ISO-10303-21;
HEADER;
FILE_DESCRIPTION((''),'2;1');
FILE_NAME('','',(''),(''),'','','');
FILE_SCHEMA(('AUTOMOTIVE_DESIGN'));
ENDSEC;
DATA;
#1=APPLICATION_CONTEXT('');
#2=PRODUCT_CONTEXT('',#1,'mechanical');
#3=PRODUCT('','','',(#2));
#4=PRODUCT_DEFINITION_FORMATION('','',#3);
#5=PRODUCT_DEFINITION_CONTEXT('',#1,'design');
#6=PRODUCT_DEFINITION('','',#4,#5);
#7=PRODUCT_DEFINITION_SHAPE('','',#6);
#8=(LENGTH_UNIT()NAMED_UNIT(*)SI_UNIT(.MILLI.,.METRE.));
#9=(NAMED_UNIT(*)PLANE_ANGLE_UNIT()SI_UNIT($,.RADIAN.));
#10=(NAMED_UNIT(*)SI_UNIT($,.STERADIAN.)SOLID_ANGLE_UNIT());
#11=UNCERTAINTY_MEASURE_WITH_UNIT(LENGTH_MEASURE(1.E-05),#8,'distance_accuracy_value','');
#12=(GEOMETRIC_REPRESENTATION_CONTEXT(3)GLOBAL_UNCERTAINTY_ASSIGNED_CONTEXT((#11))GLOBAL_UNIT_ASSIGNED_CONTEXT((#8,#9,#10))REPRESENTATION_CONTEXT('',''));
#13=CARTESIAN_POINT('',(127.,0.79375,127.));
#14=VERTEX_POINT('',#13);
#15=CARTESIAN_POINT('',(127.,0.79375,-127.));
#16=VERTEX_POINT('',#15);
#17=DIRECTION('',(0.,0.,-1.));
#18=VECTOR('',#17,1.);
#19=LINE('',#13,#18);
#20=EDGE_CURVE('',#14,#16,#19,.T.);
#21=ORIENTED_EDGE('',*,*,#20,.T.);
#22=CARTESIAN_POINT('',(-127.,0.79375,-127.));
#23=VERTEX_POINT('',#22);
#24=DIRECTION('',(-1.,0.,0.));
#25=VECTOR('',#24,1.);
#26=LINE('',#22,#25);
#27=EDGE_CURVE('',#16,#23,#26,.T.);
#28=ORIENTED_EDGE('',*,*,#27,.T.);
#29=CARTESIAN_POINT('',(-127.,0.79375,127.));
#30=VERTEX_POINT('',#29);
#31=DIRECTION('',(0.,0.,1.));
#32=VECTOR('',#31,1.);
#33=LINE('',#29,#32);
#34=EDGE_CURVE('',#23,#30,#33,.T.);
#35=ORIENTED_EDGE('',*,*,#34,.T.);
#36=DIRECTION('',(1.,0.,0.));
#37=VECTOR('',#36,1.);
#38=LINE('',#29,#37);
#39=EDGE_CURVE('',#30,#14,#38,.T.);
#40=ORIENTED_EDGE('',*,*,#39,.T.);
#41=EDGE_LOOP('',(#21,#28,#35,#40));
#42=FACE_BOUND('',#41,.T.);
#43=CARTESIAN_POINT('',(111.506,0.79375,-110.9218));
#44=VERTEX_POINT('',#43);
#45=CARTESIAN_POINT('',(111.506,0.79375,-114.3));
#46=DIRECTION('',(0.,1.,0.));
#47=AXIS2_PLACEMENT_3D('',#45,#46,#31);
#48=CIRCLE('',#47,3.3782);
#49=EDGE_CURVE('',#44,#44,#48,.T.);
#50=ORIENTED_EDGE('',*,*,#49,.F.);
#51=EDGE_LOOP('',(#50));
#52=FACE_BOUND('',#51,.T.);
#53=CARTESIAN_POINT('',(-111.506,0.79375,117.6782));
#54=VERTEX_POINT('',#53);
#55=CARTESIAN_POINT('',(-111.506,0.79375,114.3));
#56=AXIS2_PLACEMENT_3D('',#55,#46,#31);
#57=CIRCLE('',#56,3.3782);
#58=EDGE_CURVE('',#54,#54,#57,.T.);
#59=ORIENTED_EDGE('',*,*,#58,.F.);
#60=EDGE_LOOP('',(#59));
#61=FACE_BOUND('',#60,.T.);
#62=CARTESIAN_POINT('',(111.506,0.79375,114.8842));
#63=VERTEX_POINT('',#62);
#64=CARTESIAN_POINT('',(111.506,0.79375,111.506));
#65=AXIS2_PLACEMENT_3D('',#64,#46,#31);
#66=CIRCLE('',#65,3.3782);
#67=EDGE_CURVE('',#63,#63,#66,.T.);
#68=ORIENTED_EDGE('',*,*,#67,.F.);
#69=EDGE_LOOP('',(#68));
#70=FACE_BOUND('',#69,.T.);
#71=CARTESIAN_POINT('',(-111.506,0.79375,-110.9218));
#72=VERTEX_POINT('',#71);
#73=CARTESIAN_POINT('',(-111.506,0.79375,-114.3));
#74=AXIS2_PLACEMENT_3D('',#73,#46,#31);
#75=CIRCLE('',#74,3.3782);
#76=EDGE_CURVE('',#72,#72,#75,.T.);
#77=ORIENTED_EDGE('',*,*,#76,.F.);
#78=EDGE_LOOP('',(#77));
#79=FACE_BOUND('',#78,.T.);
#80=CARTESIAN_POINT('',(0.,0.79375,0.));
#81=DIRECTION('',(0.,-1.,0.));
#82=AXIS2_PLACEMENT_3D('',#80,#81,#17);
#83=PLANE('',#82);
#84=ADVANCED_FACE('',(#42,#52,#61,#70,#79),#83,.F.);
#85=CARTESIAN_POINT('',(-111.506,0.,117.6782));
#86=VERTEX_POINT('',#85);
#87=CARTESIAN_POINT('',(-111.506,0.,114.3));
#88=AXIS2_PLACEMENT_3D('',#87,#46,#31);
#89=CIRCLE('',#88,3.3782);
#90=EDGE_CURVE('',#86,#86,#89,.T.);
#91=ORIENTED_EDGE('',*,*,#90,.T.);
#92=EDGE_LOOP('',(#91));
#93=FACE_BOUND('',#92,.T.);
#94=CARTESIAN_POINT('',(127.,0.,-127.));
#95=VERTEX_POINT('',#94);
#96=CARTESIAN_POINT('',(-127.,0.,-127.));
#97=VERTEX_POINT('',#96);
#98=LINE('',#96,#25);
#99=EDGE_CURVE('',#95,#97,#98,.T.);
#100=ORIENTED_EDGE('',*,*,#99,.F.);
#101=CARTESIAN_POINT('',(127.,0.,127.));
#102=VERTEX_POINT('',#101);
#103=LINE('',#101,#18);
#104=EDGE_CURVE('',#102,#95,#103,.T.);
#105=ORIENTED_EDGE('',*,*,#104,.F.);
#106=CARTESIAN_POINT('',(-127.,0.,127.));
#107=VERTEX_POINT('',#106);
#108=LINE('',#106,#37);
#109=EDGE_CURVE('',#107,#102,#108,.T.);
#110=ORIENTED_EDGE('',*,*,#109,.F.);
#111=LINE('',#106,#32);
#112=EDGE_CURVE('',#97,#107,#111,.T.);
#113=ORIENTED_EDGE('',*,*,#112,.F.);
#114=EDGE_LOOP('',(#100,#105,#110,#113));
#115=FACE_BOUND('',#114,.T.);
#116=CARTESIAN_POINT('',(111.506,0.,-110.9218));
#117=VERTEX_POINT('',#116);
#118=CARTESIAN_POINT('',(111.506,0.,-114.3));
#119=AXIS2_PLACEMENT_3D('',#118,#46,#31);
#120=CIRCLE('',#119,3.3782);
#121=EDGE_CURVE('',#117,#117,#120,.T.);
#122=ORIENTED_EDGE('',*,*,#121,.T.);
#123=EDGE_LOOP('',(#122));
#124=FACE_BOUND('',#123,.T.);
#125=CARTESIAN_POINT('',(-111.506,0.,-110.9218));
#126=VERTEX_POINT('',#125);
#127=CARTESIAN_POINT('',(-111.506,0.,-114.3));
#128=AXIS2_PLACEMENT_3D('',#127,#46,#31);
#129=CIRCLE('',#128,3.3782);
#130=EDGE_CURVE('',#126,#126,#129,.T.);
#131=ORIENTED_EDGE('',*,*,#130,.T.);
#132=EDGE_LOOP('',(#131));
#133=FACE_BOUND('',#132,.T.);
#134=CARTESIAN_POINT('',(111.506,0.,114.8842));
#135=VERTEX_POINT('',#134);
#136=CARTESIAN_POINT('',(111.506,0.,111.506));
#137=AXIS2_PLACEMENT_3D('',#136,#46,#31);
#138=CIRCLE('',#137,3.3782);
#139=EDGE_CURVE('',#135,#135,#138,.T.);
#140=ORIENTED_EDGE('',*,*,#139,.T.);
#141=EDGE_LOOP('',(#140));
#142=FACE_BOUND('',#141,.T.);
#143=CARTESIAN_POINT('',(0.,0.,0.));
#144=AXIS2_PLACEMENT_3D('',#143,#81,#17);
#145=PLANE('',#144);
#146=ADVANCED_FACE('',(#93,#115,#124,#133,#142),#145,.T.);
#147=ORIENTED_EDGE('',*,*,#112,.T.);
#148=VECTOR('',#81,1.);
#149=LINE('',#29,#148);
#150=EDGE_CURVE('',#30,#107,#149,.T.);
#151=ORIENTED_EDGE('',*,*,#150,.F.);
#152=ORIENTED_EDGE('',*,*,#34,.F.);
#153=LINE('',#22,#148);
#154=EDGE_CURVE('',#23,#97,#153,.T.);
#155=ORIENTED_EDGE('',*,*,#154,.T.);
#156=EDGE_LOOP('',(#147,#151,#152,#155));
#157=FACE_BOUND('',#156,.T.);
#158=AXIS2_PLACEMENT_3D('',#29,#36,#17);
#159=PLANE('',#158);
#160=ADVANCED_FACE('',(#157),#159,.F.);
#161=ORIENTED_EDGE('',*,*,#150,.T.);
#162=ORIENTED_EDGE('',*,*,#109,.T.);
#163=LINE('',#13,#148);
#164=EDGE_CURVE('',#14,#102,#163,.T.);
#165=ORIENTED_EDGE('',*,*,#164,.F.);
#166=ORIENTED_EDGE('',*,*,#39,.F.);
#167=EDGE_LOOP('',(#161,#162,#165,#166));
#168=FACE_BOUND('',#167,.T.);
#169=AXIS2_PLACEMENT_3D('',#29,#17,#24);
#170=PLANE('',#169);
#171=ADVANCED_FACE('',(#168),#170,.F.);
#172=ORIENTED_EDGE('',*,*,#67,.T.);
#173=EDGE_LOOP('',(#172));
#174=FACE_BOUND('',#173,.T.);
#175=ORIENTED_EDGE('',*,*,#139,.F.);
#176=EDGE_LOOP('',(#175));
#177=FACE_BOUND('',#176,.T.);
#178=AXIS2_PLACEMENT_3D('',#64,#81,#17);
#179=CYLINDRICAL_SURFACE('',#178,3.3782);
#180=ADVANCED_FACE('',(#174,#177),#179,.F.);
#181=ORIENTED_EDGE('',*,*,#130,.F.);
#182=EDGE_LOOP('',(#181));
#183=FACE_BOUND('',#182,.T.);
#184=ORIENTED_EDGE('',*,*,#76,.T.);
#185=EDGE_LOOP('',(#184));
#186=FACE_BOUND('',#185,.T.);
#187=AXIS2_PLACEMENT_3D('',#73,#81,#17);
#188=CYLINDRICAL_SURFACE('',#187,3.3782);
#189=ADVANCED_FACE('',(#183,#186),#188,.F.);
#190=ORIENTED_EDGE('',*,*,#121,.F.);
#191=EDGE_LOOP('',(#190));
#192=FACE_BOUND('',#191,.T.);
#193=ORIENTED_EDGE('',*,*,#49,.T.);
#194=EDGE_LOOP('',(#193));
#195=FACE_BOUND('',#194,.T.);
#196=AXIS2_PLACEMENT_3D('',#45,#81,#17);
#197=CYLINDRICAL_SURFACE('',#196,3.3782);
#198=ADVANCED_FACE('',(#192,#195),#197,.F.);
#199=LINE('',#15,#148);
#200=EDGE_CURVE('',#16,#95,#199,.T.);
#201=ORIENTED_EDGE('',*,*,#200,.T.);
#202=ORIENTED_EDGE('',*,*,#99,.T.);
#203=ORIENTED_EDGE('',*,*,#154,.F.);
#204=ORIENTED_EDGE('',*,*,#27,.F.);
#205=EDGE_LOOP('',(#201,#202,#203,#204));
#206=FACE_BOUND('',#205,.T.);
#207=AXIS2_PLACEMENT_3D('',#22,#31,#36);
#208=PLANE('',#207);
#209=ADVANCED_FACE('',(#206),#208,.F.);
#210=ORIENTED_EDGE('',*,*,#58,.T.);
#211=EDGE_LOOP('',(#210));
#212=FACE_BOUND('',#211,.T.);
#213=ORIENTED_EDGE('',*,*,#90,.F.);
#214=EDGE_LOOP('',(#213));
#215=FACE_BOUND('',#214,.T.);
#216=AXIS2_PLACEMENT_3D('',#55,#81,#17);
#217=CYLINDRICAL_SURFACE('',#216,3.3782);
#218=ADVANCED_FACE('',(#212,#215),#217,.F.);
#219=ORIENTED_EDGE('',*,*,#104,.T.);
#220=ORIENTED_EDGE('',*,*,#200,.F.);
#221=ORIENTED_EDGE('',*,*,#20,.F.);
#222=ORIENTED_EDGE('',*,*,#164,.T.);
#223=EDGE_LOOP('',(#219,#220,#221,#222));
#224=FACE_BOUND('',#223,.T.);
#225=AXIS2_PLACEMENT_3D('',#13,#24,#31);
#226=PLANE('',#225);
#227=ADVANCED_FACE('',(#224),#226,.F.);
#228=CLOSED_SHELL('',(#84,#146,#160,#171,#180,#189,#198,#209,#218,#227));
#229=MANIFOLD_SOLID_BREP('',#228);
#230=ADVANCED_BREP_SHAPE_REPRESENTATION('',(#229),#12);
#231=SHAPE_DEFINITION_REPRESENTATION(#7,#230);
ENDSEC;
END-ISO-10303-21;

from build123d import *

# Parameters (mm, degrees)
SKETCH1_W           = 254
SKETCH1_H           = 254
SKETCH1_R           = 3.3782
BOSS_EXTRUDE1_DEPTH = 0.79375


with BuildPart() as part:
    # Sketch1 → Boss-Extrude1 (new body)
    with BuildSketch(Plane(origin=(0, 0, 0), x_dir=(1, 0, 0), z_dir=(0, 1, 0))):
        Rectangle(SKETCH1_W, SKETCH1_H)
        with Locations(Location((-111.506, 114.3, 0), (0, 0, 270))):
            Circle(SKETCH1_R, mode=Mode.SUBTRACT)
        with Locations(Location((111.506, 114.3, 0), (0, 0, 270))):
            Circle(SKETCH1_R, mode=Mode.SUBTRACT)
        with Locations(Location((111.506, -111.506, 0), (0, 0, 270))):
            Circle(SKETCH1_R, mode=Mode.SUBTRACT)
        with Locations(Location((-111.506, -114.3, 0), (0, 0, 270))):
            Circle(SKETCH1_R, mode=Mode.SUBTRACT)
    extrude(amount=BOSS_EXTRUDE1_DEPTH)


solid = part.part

◆ ◆ ◆ ◆ ◆

## WHAT YOU SHOULD DO
Starting at the line above that contains "#113=ORIENTED_EDGE('',*,*,#112,.F.);", repeat each line exactly up to and including the line that contains "#166=ORIENTED_EDGE('',*,*,#39,.F.);", and stop there.

## SOLUTION TO THIS PROBLEM
#113=ORIENTED_EDGE('',*,*,#112,.F.);
#114=EDGE_LOOP('',(#100,#105,#110,#113));
#115=FACE_BOUND('',#114,.T.);
#116=CARTESIAN_POINT('',(111.506,0.,-110.9218));
#117=VERTEX_POINT('',#116);
#118=CARTESIAN_POINT('',(111.506,0.,-114.3));
#119=AXIS2_PLACEMENT_3D('',#118,#46,#31);
#120=CIRCLE('',#119,3.3782);
#121=EDGE_CURVE('',#117,#117,#120,.T.);
#122=ORIENTED_EDGE('',*,*,#121,.T.);
#123=EDGE_LOOP('',(#122));
#124=FACE_BOUND('',#123,.T.);
#125=CARTESIAN_POINT('',(-111.506,0.,-110.9218));
#126=VERTEX_POINT('',#125);
#127=CARTESIAN_POINT('',(-111.506,0.,-114.3));
#128=AXIS2_PLACEMENT_3D('',#127,#46,#31);
#129=CIRCLE('',#128,3.3782);
#130=EDGE_CURVE('',#126,#126,#129,.T.);
#131=ORIENTED_EDGE('',*,*,#130,.T.);
#132=EDGE_LOOP('',(#131));
#133=FACE_BOUND('',#132,.T.);
#134=CARTESIAN_POINT('',(111.506,0.,114.8842));
#135=VERTEX_POINT('',#134);
#136=CARTESIAN_POINT('',(111.506,0.,111.506));
#137=AXIS2_PLACEMENT_3D('',#136,#46,#31);
#138=CIRCLE('',#137,3.3782);
#139=EDGE_CURVE('',#135,#135,#138,.T.);
#140=ORIENTED_EDGE('',*,*,#139,.T.);
#141=EDGE_LOOP('',(#140));
#142=FACE_BOUND('',#141,.T.);
#143=CARTESIAN_POINT('',(0.,0.,0.));
#144=AXIS2_PLACEMENT_3D('',#143,#81,#17);
#145=PLANE('',#144);
#146=ADVANCED_FACE('',(#93,#115,#124,#133,#142),#145,.T.);
#147=ORIENTED_EDGE('',*,*,#112,.T.);
#148=VECTOR('',#81,1.);
#149=LINE('',#29,#148);
#150=EDGE_CURVE('',#30,#107,#149,.T.);
#151=ORIENTED_EDGE('',*,*,#150,.F.);
#152=ORIENTED_EDGE('',*,*,#34,.F.);
#153=LINE('',#22,#148);
#154=EDGE_CURVE('',#23,#97,#153,.T.);
#155=ORIENTED_EDGE('',*,*,#154,.T.);
#156=EDGE_LOOP('',(#147,#151,#152,#155));
#157=FACE_BOUND('',#156,.T.);
#158=AXIS2_PLACEMENT_3D('',#29,#36,#17);
#159=PLANE('',#158);
#160=ADVANCED_FACE('',(#157),#159,.F.);
#161=ORIENTED_EDGE('',*,*,#150,.T.);
#162=ORIENTED_EDGE('',*,*,#109,.T.);
#163=LINE('',#13,#148);
#164=EDGE_CURVE('',#14,#102,#163,.T.);
#165=ORIENTED_EDGE('',*,*,#164,.F.);
#166=ORIENTED_EDGE('',*,*,#39,.F.);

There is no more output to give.